Write out, word for word, every line from the one containing "v -16.277 27.869 0" through the final line of the records.

Stored data
━━━━━━━━━━━━━━━━━━━━

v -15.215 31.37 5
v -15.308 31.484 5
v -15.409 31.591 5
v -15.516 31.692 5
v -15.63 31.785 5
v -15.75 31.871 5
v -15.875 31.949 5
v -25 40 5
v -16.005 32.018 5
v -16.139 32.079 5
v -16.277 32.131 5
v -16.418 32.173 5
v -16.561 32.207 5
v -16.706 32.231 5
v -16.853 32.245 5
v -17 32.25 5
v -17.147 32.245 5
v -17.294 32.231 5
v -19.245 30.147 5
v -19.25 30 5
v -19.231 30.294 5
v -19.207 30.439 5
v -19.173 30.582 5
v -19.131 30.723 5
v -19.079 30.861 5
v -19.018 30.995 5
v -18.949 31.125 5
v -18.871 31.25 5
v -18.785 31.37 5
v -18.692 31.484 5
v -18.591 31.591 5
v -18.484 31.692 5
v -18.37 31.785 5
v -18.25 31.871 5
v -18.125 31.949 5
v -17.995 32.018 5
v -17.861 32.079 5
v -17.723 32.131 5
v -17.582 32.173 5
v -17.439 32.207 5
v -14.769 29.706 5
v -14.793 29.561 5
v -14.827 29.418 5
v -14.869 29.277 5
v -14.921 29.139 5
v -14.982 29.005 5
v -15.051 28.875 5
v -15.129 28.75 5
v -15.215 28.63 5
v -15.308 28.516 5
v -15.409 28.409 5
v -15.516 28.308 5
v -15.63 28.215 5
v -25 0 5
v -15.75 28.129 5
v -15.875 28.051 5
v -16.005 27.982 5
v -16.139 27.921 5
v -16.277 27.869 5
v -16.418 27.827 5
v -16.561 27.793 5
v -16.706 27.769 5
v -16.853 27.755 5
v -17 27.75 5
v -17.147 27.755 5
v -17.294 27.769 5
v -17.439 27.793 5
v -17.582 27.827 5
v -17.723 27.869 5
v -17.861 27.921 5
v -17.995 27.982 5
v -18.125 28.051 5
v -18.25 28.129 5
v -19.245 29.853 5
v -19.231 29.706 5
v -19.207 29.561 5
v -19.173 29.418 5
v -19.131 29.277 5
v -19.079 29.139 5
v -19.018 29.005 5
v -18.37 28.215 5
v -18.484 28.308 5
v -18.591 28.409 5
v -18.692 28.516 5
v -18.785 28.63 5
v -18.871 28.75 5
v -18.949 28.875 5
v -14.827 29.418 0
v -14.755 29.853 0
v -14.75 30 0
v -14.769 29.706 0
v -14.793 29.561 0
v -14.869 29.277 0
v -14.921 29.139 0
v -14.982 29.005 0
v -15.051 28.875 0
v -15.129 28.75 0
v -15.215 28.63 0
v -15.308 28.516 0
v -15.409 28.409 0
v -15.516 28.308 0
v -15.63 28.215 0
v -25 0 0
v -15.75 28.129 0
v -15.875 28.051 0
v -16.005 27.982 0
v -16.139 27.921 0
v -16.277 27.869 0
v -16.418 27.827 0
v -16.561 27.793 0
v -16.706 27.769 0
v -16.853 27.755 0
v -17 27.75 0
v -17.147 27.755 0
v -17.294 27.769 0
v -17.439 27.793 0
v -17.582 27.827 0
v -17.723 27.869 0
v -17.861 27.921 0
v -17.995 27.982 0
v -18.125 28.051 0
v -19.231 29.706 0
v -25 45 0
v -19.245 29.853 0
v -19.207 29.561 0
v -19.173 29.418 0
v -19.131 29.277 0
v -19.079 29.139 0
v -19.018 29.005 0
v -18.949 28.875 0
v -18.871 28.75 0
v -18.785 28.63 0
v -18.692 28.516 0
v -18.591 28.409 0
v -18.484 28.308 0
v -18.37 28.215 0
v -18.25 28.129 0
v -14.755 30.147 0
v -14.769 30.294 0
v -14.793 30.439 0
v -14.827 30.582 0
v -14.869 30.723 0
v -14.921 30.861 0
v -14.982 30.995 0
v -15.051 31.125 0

━━━━━━━━━━━━━━━━━━━━

» **WRITTEN SOLUTION**
v -16.277 27.869 0
v -16.418 27.827 0
v -16.561 27.793 0
v -16.706 27.769 0
v -16.853 27.755 0
v -17 27.75 0
v -17.147 27.755 0
v -17.294 27.769 0
v -17.439 27.793 0
v -17.582 27.827 0
v -17.723 27.869 0
v -17.861 27.921 0
v -17.995 27.982 0
v -18.125 28.051 0
v -19.231 29.706 0
v -25 45 0
v -19.245 29.853 0
v -19.207 29.561 0
v -19.173 29.418 0
v -19.131 29.277 0
v -19.079 29.139 0
v -19.018 29.005 0
v -18.949 28.875 0
v -18.871 28.75 0
v -18.785 28.63 0
v -18.692 28.516 0
v -18.591 28.409 0
v -18.484 28.308 0
v -18.37 28.215 0
v -18.25 28.129 0
v -14.755 30.147 0
v -14.769 30.294 0
v -14.793 30.439 0
v -14.827 30.582 0
v -14.869 30.723 0
v -14.921 30.861 0
v -14.982 30.995 0
v -15.051 31.125 0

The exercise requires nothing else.